(Beginning of EXTRACTED DATA)

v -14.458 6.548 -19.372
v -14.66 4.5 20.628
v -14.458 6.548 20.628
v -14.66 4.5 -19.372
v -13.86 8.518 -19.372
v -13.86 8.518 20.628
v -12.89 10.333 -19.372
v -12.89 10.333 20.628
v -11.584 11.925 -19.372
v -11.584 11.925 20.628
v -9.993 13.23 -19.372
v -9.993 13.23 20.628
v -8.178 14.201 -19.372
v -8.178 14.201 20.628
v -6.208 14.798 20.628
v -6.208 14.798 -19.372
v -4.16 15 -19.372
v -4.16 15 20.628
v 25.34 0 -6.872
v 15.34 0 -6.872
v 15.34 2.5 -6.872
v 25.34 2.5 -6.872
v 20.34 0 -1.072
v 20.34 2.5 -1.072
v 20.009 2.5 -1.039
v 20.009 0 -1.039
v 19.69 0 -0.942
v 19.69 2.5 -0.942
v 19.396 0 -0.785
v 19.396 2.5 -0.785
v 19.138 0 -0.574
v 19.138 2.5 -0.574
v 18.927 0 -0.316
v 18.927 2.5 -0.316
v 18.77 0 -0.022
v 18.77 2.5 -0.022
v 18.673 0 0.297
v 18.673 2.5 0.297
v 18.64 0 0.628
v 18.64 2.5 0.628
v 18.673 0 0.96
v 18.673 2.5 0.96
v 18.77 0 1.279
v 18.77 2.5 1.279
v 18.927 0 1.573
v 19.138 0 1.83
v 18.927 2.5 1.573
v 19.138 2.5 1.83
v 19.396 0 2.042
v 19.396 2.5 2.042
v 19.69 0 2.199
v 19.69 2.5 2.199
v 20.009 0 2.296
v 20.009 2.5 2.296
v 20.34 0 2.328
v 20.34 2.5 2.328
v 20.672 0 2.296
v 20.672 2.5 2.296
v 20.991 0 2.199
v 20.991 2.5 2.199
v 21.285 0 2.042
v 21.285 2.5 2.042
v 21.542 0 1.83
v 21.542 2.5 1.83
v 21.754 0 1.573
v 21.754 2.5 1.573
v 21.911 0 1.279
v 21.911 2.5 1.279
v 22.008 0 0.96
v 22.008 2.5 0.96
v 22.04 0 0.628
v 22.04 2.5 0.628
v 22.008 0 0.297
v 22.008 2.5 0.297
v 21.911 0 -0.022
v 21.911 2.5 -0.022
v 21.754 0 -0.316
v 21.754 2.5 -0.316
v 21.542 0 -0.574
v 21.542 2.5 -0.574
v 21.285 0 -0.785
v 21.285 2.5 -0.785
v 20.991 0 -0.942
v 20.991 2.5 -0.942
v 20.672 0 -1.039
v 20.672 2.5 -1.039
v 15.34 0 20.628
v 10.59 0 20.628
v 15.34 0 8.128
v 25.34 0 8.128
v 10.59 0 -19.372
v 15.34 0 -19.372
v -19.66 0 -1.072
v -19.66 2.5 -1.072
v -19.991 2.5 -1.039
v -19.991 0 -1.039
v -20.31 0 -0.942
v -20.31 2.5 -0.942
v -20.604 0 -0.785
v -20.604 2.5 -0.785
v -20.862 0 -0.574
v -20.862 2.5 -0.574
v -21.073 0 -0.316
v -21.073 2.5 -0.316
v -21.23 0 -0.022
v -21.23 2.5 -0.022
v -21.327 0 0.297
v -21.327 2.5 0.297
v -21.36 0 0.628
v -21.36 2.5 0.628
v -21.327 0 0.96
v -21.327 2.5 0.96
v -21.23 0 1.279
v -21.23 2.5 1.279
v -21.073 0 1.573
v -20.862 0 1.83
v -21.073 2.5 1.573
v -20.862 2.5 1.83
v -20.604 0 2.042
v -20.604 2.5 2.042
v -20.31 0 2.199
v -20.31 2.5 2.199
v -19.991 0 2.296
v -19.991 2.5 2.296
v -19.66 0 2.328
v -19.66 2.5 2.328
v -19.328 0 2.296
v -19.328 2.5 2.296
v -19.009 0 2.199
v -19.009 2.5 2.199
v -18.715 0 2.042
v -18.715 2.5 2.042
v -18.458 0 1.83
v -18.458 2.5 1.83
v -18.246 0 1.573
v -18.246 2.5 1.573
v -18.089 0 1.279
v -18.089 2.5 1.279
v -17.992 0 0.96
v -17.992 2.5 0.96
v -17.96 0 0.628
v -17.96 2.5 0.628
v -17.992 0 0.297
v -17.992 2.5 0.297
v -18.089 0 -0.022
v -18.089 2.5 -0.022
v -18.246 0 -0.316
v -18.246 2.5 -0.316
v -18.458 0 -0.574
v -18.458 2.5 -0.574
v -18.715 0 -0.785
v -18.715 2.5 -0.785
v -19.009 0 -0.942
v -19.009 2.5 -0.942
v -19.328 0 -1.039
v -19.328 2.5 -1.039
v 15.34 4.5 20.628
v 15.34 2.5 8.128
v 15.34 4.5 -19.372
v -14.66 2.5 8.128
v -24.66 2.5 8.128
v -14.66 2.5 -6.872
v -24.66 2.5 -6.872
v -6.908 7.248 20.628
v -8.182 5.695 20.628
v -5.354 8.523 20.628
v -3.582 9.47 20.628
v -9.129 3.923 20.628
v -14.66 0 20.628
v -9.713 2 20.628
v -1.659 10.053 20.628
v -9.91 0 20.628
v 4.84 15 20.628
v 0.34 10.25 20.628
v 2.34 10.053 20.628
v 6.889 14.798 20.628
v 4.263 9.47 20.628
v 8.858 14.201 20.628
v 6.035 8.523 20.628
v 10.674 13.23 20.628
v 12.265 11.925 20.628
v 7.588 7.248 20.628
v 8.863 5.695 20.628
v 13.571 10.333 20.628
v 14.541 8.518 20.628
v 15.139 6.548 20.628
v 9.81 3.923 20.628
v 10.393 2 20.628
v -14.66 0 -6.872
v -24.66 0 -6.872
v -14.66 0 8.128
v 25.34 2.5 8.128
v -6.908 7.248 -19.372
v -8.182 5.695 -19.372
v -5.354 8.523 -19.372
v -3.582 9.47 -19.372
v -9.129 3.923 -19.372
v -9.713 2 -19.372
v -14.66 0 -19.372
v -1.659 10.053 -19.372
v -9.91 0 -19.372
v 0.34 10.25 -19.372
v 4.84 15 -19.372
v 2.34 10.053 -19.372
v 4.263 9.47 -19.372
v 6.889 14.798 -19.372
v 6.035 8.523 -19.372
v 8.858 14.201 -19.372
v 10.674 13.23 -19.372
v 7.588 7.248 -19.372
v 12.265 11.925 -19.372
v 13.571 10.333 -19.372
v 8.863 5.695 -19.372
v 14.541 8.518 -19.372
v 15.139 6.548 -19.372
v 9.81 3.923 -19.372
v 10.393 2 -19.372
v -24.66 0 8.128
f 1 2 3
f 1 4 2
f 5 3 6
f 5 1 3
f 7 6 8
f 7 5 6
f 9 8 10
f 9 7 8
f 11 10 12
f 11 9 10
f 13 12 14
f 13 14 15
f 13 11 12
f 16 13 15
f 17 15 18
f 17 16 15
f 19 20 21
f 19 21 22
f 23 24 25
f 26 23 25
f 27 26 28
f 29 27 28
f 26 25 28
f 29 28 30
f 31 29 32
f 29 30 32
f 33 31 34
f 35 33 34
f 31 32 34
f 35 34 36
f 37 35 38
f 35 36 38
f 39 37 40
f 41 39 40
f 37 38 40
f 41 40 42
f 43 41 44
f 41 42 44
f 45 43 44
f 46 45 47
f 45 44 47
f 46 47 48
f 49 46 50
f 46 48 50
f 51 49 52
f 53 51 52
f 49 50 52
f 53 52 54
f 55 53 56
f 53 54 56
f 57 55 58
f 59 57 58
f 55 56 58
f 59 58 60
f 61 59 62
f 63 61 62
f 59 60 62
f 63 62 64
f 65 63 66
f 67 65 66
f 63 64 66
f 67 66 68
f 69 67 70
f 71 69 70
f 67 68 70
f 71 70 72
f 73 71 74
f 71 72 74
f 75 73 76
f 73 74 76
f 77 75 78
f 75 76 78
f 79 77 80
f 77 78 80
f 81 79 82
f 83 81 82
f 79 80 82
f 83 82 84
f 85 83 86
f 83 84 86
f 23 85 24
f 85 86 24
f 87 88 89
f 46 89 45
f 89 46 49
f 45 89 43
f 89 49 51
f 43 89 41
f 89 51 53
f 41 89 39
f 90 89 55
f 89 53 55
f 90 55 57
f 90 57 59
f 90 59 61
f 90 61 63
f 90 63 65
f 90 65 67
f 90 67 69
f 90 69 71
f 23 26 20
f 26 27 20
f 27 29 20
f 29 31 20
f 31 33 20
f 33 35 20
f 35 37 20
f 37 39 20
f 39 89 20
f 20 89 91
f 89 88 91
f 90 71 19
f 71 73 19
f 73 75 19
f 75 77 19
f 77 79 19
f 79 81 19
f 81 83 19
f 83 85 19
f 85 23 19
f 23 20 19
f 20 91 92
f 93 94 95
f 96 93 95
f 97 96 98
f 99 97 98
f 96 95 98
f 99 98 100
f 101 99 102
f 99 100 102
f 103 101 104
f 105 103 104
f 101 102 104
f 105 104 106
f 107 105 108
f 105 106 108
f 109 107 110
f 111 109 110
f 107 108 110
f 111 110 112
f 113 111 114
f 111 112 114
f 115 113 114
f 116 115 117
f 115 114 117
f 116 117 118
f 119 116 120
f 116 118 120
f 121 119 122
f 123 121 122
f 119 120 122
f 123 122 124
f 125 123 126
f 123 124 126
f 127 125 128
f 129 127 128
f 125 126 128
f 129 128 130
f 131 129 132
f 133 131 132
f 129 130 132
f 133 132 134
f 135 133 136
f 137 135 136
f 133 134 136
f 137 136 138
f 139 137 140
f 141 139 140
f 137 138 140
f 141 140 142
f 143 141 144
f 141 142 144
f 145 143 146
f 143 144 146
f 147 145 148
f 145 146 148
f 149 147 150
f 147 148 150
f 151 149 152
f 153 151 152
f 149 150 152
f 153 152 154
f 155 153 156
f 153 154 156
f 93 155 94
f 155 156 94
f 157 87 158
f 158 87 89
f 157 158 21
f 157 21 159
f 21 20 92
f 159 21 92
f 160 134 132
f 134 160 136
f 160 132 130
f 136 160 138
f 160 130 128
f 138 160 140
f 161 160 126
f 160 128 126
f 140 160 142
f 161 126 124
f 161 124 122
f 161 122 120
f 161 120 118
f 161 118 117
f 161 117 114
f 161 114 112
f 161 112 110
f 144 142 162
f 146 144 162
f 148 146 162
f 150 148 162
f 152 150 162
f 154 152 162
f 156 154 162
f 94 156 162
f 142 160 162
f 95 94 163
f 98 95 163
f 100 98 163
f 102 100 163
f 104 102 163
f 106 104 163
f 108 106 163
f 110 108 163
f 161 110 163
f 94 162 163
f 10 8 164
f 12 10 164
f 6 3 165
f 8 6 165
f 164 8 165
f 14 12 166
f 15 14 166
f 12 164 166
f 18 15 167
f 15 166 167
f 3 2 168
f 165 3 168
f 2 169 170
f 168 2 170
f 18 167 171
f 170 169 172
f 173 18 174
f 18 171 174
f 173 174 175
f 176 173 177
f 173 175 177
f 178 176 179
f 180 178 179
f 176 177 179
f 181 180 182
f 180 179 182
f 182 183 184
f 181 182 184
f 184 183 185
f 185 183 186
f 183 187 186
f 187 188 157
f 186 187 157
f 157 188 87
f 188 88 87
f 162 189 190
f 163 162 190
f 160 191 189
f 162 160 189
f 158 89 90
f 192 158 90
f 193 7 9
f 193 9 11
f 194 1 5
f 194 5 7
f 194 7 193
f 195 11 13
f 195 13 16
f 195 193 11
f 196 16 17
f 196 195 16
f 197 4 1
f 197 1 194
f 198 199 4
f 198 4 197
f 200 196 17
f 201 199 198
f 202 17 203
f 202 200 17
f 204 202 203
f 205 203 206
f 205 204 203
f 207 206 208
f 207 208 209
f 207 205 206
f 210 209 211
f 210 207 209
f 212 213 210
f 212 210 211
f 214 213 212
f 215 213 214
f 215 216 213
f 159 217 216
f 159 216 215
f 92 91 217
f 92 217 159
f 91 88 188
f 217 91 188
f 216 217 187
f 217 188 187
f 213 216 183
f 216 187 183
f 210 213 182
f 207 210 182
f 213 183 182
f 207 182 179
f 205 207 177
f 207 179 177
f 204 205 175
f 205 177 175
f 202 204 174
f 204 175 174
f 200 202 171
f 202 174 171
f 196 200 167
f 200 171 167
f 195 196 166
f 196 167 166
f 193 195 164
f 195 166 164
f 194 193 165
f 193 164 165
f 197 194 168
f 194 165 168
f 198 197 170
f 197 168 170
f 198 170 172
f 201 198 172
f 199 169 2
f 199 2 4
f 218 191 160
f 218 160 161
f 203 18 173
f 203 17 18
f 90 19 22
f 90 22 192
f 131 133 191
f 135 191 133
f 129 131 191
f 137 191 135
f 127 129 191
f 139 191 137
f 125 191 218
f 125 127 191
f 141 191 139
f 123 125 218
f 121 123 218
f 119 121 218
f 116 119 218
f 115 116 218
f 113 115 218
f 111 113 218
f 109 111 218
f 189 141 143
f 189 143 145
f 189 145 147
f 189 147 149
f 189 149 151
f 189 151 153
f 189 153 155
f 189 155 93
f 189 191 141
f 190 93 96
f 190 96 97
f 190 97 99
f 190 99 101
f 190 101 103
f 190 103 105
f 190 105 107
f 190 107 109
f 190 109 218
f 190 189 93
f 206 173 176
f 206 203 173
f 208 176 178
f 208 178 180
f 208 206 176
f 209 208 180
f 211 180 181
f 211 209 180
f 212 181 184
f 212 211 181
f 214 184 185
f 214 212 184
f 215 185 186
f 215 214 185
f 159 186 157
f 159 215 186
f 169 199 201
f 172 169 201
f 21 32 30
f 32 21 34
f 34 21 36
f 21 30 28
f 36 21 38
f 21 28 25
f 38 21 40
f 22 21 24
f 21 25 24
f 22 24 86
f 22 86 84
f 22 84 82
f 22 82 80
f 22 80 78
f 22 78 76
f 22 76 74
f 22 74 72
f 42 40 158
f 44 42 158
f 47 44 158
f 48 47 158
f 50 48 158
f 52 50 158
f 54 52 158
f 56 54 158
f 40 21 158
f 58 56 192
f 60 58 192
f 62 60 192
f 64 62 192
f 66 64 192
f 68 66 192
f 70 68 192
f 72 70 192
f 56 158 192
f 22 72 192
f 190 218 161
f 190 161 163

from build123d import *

# Parameters (mm, degrees)
SKETCH1_W                     = 30
SKETCH1_H                     = 40
BOSS_EXTRUDE1_DEPTH           = 15
SKETCH2_R                     = 10.25
CUT_EXTRUDE1_DEPTH            = 41
SKETCH3_W                     = 10
SKETCH3_H                     = 15
BOSS_EXTRUDE2_DEPTH           = 2.5
SKETCH4_W                     = 10
SKETCH4_H                     = 15
BOSS_EXTRUDE3_DEPTH           = 2.5
SKETCH6_W                     = 1.7
SKETCH6_H                     = 2.501
M3_CLEARANCE_HOLE1_AT_2_COUNT = 2
M3_CLEARANCE_HOLE1_AT_2_PITCH = 40
FILLET1_R                     = 10.5


with BuildPart() as part:
    # Sketch1 → Boss-Extrude1 (new body)
    with BuildSketch(Plane(origin=(0, 0, 0), x_dir=(1, 0, 0), z_dir=(0, 1, 0))):
        with Locations((0.340314136, -0.628272251)):
            Rectangle(SKETCH1_W, SKETCH1_H)
    extrude(amount=BOSS_EXTRUDE1_DEPTH)

    # Sketch2 → Cut-Extrude1 (cut, through all)
    with BuildSketch(Plane.XY.offset(20.628272251)):
        with Locations((0.340314136, 0)):
            Circle(SKETCH2_R)
    extrude(amount=-CUT_EXTRUDE1_DEPTH, mode=Mode.SUBTRACT)

    # Sketch4 → Boss-Extrude3 (add)
    with BuildSketch(Plane.XZ):
        with Locations((20.340314136, 0.628272251)):
            Rectangle(SKETCH4_W, SKETCH4_H)
    extrude(amount=-BOSS_EXTRUDE3_DEPTH)

    # Sketch6 → M3 Clearance Hole1 (revolve, cut)
    with BuildSketch(Plane(origin=(20.340314136, 0, 0.628272251), x_dir=(0, 0, -1), z_dir=(1, 0, 0))):
        with Locations((0.85, 1.2505)):
            Rectangle(SKETCH6_W, SKETCH6_H)
    m3_clearance_hole1 = revolve(axis=Axis((20.340314136, -6.35, 0.628272251), (0, 1, 0)), mode=Mode.SUBTRACT)

    # Fillet1
    fillet1_edges = [part.edges().sort_by_distance(p)[0] for p in [
        (15.340314136, 15, 0.628272251),
        (-14.659685864, 15, 0.628272251),
    ]]
    fillet(fillet1_edges, radius=FILLET1_R)


with BuildPart() as body_2:
    # Sketch3 → Boss-Extrude2 (new body)
    with BuildSketch(Plane(origin=(0, 0, 0), x_dir=(-1, 0, 0), z_dir=(0, -1, 0))):
        with Locations((19.659685864, -0.628272251)):
            Rectangle(SKETCH3_W, SKETCH3_H)
    extrude(amount=-BOSS_EXTRUDE2_DEPTH)

    # M3 Clearance Hole1 at 2: M3 Clearance Hole1 ×2
    with Locations(*[(-i * M3_CLEARANCE_HOLE1_AT_2_PITCH, 0, 0) for i in range(1, M3_CLEARANCE_HOLE1_AT_2_COUNT)]):
        add(m3_clearance_hole1, mode=Mode.SUBTRACT)


solid = Compound([part.part, body_2.part])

(End of EXTRACTED DATA)

- WHAT YOU WILL DO:
Give again exactly, and only, the lines above starting at the one with "f 113 111 114" and ending at the one with "f 181 180 182".

- OUTPUT FOR THIS EXERCISE:
f 113 111 114
f 111 112 114
f 115 113 114
f 116 115 117
f 115 114 117
f 116 117 118
f 119 116 120
f 116 118 120
f 121 119 122
f 123 121 122
f 119 120 122
f 123 122 124
f 125 123 126
f 123 124 126
f 127 125 128
f 129 127 128
f 125 126 128
f 129 128 130
f 131 129 132
f 133 131 132
f 129 130 132
f 133 132 134
f 135 133 136
f 137 135 136
f 133 134 136
f 137 136 138
f 139 137 140
f 141 139 140
f 137 138 140
f 141 140 142
f 143 141 144
f 141 142 144
f 145 143 146
f 143 144 146
f 147 145 148
f 145 146 148
f 149 147 150
f 147 148 150
f 151 149 152
f 153 151 152
f 149 150 152
f 153 152 154
f 155 153 156
f 153 154 156
f 93 155 94
f 155 156 94
f 157 87 158
f 158 87 89
f 157 158 21
f 157 21 159
f 21 20 92
f 159 21 92
f 160 134 132
f 134 160 136
f 160 132 130
f 136 160 138
f 160 130 128
f 138 160 140
f 161 160 126
f 160 128 126
f 140 160 142
f 161 126 124
f 161 124 122
f 161 122 120
f 161 120 118
f 161 118 117
f 161 117 114
f 161 114 112
f 161 112 110
f 144 142 162
f 146 144 162
f 148 146 162
f 150 148 162
f 152 150 162
f 154 152 162
f 156 154 162
f 94 156 162
f 142 160 162
f 95 94 163
f 98 95 163
f 100 98 163
f 102 100 163
f 104 102 163
f 106 104 163
f 108 106 163
f 110 108 163
f 161 110 163
f 94 162 163
f 10 8 164
f 12 10 164
f 6 3 165
f 8 6 165
f 164 8 165
f 14 12 166
f 15 14 166
f 12 164 166
f 18 15 167
f 15 166 167
f 3 2 168
f 165 3 168
f 2 169 170
f 168 2 170
f 18 167 171
f 170 169 172
f 173 18 174
f 18 171 174
f 173 174 175
f 176 173 177
f 173 175 177
f 178 176 179
f 180 178 179
f 176 177 179
f 181 180 182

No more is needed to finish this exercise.